(Note of apology to the friends of this blog who have heard all of this before. I started writing it before inflicting it upon you in person.)
Normally* I look forward to Mondays because that's the day I see my doctor. In some phases I haven't thought much about each session beforehand, in others I've spent swathes of the time leading up to Monday on carrying out extensive, lavish mental rehearsals of what I might say. After seeing her I almost always go away feeling heaps better about things - having a fresh way of looking at a situation does that, even when neither the situation itself nor the underlying tendency to make things more difficult for myself than necessary can be altered by our conversations.

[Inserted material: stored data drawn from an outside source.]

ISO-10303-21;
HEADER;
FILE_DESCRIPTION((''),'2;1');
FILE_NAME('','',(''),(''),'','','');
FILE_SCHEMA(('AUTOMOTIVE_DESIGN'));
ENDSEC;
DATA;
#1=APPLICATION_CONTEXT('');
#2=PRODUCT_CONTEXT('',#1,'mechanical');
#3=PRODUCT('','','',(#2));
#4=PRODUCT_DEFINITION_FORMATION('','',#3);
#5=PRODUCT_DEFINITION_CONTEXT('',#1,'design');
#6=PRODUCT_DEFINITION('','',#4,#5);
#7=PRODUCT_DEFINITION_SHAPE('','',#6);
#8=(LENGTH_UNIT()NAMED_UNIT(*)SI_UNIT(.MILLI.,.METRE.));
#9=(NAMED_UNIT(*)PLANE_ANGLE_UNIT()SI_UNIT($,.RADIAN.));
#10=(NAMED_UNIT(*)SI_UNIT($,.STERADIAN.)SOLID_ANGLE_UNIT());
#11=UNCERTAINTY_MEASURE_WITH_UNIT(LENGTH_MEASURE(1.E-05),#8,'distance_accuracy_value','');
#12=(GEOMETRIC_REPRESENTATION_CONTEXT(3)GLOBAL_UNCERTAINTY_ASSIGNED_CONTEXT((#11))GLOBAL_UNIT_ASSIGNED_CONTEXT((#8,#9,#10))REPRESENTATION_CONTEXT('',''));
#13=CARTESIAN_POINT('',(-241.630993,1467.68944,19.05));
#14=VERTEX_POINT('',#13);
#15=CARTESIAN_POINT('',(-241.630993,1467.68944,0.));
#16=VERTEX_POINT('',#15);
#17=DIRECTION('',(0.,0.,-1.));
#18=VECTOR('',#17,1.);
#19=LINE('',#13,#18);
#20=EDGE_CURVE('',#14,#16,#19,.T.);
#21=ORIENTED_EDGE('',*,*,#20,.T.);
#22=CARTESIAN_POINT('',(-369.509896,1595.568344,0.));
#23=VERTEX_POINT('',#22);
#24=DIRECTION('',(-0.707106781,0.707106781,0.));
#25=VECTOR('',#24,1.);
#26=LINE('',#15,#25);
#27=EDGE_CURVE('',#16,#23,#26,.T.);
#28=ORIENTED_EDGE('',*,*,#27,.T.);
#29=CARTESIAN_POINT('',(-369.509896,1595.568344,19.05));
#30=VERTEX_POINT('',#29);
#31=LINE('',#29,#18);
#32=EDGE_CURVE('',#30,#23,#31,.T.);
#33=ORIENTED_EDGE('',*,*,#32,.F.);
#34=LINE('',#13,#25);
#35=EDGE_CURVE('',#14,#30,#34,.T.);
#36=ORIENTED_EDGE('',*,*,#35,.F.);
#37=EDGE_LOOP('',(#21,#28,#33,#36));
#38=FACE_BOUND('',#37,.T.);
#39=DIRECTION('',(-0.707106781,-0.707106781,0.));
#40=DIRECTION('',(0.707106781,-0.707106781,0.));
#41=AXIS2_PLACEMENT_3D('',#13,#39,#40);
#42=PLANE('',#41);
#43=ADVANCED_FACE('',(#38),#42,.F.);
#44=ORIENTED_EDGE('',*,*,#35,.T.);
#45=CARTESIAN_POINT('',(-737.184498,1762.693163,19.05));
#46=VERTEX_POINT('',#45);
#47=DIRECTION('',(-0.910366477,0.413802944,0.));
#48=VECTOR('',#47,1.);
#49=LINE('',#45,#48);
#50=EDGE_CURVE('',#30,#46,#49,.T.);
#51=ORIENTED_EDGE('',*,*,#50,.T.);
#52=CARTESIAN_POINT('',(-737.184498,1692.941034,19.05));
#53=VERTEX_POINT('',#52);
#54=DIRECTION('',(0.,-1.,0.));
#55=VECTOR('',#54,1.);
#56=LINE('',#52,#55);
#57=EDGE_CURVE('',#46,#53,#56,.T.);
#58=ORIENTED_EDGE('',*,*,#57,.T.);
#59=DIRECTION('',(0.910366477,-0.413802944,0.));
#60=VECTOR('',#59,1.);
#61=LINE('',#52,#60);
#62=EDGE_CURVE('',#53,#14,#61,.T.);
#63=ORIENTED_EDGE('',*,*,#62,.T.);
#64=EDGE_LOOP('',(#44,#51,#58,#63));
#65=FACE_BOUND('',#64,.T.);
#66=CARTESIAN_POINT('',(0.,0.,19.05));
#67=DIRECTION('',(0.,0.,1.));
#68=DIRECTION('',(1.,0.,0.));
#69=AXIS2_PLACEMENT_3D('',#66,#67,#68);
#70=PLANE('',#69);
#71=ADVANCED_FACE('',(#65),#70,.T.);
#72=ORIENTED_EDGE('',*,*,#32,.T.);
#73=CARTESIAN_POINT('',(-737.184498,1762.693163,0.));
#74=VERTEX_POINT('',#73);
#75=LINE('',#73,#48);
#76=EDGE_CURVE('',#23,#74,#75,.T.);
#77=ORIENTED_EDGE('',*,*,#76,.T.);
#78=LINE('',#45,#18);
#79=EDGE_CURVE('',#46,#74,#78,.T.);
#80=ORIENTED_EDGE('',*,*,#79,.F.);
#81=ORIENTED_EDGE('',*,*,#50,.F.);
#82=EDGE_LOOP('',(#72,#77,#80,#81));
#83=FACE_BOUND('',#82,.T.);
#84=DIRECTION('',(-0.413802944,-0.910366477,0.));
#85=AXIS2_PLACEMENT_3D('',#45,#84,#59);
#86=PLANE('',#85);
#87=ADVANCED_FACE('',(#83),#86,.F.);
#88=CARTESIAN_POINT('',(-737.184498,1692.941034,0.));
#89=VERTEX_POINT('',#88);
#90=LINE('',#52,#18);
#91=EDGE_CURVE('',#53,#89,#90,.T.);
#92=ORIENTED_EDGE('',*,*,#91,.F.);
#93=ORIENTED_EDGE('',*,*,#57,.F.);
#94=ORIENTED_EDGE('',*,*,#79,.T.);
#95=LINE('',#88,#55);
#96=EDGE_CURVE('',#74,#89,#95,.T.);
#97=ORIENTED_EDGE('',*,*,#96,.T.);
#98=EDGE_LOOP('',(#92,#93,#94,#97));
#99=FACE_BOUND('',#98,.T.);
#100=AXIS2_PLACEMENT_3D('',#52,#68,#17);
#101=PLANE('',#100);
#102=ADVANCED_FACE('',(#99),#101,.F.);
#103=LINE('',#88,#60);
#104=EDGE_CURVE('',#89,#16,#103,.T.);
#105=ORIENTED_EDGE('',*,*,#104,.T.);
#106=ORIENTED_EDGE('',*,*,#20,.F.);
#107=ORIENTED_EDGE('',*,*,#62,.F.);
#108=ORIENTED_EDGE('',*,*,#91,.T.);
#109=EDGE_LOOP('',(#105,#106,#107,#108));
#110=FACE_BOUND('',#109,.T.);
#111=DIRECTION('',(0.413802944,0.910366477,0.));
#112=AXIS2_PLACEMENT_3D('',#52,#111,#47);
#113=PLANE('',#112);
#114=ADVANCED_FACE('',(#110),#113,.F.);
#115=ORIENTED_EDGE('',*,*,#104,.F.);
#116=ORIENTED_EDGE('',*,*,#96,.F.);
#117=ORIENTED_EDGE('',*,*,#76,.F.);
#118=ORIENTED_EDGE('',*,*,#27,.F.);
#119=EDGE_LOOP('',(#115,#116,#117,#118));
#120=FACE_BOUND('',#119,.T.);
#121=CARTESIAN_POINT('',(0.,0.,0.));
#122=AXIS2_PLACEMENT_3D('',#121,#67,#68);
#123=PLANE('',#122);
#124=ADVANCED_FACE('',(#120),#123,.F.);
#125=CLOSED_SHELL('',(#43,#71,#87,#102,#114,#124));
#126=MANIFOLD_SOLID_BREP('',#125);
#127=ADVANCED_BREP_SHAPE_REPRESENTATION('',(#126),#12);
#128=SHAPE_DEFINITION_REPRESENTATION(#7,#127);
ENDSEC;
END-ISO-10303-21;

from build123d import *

# Parameters (mm, degrees)
BOSS_EXTRUDE1_DEPTH = 19.05


with BuildPart() as part:
    # Sketch5 → Boss-Extrude1 (new body)
    with BuildSketch(Plane.XY):
        Polygon((-737.18449825, 1692.941033519), (-737.18449825, 1762.693162548), (-369.50989641, 1595.56834353), (-241.630993189, 1467.68944031), align=None)
    extrude(amount=BOSS_EXTRUDE1_DEPTH)


solid = part.part
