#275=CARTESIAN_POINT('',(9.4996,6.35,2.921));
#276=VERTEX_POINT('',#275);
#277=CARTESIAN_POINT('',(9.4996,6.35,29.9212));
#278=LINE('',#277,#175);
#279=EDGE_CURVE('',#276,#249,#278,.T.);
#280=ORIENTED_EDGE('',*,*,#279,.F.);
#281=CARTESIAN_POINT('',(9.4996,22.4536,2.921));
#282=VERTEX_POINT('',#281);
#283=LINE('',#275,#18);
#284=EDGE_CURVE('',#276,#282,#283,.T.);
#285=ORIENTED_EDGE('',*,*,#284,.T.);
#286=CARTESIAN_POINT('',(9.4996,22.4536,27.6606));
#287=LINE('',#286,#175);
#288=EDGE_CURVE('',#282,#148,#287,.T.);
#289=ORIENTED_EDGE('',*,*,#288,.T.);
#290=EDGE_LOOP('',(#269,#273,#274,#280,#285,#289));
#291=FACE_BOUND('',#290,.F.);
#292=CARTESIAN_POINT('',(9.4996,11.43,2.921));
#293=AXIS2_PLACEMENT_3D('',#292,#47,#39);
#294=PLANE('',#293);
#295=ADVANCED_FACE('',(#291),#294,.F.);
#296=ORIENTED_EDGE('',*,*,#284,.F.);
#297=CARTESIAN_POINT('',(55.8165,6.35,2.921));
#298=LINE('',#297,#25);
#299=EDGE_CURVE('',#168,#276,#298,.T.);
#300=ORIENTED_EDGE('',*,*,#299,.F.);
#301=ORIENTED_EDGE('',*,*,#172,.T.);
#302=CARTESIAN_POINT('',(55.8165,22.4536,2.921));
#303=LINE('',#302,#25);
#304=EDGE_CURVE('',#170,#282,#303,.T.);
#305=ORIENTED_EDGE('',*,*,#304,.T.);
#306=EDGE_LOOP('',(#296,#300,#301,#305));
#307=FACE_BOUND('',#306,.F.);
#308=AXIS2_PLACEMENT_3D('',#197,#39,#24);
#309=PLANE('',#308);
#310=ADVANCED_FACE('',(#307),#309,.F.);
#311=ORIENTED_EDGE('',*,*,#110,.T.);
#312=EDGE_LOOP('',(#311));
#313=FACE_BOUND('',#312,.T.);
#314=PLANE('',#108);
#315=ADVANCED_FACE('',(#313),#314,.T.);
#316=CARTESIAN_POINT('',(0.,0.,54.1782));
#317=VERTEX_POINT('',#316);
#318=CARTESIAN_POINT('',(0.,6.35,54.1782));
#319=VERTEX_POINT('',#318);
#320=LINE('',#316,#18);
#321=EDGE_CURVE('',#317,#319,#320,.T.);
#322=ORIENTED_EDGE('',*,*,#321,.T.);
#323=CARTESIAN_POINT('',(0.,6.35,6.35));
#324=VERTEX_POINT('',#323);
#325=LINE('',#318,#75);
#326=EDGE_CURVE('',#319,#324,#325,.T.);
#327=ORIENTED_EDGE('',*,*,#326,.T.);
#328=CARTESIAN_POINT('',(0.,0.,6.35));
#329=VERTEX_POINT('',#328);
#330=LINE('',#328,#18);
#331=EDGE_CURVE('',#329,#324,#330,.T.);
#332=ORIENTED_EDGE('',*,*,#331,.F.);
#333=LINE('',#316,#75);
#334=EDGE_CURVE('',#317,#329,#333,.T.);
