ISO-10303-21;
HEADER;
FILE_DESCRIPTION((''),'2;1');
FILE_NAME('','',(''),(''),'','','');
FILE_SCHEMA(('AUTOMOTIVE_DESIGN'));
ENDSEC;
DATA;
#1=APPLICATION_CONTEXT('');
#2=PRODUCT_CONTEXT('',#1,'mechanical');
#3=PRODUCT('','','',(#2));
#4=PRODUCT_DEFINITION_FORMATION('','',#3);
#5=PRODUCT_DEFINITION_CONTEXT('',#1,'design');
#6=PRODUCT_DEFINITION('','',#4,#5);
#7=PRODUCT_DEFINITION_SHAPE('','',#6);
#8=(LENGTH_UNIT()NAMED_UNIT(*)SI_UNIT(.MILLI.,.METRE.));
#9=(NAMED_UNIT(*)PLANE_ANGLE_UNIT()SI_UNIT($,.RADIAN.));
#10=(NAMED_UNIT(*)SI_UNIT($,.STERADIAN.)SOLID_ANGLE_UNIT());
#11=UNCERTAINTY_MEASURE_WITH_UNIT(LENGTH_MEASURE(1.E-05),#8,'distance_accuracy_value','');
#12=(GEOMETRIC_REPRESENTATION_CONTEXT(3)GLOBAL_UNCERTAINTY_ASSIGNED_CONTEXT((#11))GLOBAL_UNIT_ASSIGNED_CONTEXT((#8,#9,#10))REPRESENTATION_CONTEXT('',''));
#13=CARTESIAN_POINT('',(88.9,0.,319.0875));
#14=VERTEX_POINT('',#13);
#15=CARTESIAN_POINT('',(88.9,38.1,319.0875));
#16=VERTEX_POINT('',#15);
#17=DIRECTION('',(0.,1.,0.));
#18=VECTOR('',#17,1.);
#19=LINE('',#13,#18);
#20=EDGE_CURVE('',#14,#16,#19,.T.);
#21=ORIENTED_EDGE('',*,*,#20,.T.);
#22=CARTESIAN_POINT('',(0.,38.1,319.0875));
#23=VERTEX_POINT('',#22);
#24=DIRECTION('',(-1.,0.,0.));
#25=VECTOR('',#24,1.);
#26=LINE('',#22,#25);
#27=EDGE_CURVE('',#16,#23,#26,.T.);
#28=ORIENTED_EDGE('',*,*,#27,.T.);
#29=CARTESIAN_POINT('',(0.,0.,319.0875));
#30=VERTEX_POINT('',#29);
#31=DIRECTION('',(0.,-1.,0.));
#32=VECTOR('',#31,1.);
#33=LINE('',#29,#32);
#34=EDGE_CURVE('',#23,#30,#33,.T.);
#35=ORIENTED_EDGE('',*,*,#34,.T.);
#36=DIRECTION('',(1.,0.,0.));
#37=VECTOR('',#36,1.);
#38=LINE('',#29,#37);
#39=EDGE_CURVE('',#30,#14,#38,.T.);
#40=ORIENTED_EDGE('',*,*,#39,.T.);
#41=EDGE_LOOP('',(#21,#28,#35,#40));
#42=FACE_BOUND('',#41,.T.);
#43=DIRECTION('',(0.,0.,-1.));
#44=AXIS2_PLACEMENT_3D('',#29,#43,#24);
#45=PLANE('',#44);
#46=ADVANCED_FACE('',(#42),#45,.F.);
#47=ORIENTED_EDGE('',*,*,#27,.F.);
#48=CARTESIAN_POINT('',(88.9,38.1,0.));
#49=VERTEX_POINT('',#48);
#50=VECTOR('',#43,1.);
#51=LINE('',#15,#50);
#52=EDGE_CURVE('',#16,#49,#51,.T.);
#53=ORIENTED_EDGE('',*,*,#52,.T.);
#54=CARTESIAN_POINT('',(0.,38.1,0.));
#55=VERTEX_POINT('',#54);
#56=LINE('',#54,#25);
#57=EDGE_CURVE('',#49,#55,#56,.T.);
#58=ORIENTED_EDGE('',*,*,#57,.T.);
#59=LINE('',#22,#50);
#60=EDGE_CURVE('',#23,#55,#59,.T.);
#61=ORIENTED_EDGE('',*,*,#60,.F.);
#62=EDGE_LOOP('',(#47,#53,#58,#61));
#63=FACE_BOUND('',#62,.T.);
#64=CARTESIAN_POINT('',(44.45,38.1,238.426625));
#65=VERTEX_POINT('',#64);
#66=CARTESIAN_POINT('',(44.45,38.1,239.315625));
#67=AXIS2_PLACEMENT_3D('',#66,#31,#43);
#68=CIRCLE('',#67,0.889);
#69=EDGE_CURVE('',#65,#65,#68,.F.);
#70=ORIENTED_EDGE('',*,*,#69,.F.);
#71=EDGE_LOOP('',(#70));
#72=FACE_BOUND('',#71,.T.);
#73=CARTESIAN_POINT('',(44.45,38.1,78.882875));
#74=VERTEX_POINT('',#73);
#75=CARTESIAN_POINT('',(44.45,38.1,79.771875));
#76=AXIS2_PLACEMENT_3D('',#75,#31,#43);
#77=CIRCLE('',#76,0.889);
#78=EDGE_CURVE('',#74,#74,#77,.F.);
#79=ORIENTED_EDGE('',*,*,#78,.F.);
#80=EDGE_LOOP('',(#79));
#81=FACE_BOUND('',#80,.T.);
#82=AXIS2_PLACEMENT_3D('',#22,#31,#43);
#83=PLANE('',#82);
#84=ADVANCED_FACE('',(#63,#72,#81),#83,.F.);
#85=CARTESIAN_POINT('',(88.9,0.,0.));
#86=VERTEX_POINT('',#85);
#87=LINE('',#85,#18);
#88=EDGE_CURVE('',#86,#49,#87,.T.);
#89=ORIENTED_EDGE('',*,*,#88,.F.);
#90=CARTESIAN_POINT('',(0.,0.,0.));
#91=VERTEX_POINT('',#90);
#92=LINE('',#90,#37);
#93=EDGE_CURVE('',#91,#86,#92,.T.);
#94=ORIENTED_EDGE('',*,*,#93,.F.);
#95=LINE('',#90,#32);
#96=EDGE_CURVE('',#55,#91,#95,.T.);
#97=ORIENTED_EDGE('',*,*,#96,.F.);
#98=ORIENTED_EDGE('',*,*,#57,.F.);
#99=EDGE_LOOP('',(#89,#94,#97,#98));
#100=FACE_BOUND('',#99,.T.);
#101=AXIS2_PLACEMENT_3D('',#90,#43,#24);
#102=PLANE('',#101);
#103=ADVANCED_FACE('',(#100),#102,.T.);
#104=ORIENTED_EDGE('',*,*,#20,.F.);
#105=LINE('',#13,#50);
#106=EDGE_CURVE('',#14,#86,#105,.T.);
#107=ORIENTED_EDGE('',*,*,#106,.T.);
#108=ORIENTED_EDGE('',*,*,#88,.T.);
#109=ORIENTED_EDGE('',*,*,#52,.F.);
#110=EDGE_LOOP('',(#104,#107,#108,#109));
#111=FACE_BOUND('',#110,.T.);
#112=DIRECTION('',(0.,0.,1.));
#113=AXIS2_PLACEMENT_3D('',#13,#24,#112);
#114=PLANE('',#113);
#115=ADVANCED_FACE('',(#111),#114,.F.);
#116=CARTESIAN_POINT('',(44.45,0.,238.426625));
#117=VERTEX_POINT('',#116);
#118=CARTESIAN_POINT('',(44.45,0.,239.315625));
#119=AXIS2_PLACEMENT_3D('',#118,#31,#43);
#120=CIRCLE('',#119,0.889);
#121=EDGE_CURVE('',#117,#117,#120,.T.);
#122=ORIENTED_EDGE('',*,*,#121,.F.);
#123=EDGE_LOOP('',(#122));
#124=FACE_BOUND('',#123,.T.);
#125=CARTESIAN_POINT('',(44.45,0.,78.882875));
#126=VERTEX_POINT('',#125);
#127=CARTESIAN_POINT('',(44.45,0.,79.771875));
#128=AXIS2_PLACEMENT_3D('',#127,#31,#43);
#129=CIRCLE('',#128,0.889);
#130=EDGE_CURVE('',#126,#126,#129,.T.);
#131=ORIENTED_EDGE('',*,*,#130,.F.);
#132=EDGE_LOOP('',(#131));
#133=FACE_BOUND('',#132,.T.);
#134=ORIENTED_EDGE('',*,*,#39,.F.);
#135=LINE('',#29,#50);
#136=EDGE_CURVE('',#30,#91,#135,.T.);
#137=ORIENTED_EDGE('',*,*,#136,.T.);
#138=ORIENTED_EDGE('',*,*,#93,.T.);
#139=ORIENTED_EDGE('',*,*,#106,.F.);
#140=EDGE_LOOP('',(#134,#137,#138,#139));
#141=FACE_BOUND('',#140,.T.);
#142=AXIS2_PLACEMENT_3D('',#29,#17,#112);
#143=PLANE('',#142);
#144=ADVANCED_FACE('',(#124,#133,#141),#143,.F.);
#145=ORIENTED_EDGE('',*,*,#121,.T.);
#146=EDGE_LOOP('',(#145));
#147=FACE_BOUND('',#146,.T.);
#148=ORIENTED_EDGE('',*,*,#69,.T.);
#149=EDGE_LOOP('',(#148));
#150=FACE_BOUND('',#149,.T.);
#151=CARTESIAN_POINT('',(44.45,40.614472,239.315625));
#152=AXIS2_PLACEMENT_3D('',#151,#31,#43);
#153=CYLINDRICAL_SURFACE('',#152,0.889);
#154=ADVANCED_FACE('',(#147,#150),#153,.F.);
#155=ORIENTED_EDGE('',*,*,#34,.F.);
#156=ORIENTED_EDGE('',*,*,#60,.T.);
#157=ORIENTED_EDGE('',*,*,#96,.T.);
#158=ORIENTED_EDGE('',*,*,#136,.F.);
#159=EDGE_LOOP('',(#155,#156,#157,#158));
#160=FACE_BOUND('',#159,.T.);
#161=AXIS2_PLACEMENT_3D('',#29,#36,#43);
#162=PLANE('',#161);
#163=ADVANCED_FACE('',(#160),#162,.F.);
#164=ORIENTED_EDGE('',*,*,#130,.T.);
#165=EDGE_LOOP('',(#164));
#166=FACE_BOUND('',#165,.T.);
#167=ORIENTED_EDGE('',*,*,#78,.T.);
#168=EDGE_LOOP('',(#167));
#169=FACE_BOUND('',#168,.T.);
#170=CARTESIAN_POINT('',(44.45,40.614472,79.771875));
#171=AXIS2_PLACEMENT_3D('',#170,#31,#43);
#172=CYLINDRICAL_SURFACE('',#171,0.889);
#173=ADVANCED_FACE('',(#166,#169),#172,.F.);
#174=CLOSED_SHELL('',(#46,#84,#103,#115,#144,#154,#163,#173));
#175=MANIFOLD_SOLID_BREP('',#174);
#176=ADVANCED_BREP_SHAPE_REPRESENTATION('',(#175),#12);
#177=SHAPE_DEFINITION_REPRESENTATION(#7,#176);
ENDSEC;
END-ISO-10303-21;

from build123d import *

# Parameters (mm, degrees)
SKETCH1_W           = 88.9
SKETCH1_H           = 38.1
BOSS_EXTRUDE1_DEPTH = 319.0875
SKETCH2_R           = 0.889
CUT_EXTRUDE1_DEPTH  = 38.1


with BuildPart() as part:
    # Sketch1 → Boss-Extrude1 (new body)
    with BuildSketch(Plane.XY):
        with Locations((44.45, 19.05)):
            Rectangle(SKETCH1_W, SKETCH1_H)
    extrude(amount=BOSS_EXTRUDE1_DEPTH)

    # Sketch2 → Cut-Extrude1 (cut)
    with BuildSketch(Plane.XZ):
        with Locations(Location((44.45, 79.771875, 0), (0, 0, 270))):
            Circle(SKETCH2_R)
        with Locations(Location((44.45, 239.315625, 0), (0, 0, 270))):
            Circle(SKETCH2_R)
    extrude(amount=-CUT_EXTRUDE1_DEPTH, mode=Mode.SUBTRACT)


solid = part.part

But last Monday was so strange that I am dreading the one to come, or I suppose I might be looking forward to getting it over with. Last week was a mess of wrong notes, all tied and blurred together, but coming down to this:
- A comment which was so head-scratching to me that it actually seemed like she was thinking of a different patient for a moment there
- A little group of comments which seemed to point to the doctor having been lurking in my social media worlds. I know exactly how paranoid that sounds. I felt so uncomfortable that I was unable to ask her about it. I said to myself afterwards that I would take some time this week to consider how put that question, but I haven't figured it out
- I described a recent conversation with a friend who happens to be a lesbian, and that triggered a whole lot of very loaded questions about how I feel about my lesbian friends, what kinds of thoughts I entertain about their relationships, whether various things I've told her about have unfolded the way they have because of how my lesbian friends are peripherally involved, whether craft camp** is really, in some sense, Lesbian camp, and threaded through all of this, how I feel about the doctor. Am I in love with her? Argh!
This last line of questioning kept harking back to the first session of the year, when I told the doctor about a conversation I'd had with D. on new years' eve, about the proposition that nobody is entirely straight. D maintains that he is (which is fine - who am I to doubt him, or to care actually) but I wouldn't say that I am. A spectrum, or even better, a matrix, makes far more sense to me than two fixed points. The thing that seems to have startled both D and the doctor is that I plumped for the figure of 20% to express just how gay I might be. I thought this was low, but they both seem to think it's high, and what's more, that it actually means something. I think it's quite meaningless. I don't even know whether I meant that I feel lesbian towards 20% of women, which would indeed be worthy of reflection and perhaps comment, or whether I feel 20% attracted to all women, which I must say seems quite lukewarm to me. Anyway, the point is, it was a throwaway comment, and it annoys me greatly to have it made into a cornerstone of an interpretation that is nonsense.
** Craft camp is the most brilliant institution ever created: a group of women stay for a few days in a country house which is equipped with a large, well-lit, clean studio and some of the equipment you need for sewing. It's just the best. There's easy sociability, a cooking roster, tea, wine, snacks, gin, sewing, and absolutely no pressure of any kind. And, it should go without saying, if it really was lesbian camp as well as craft camp that would be absolutely totally OK.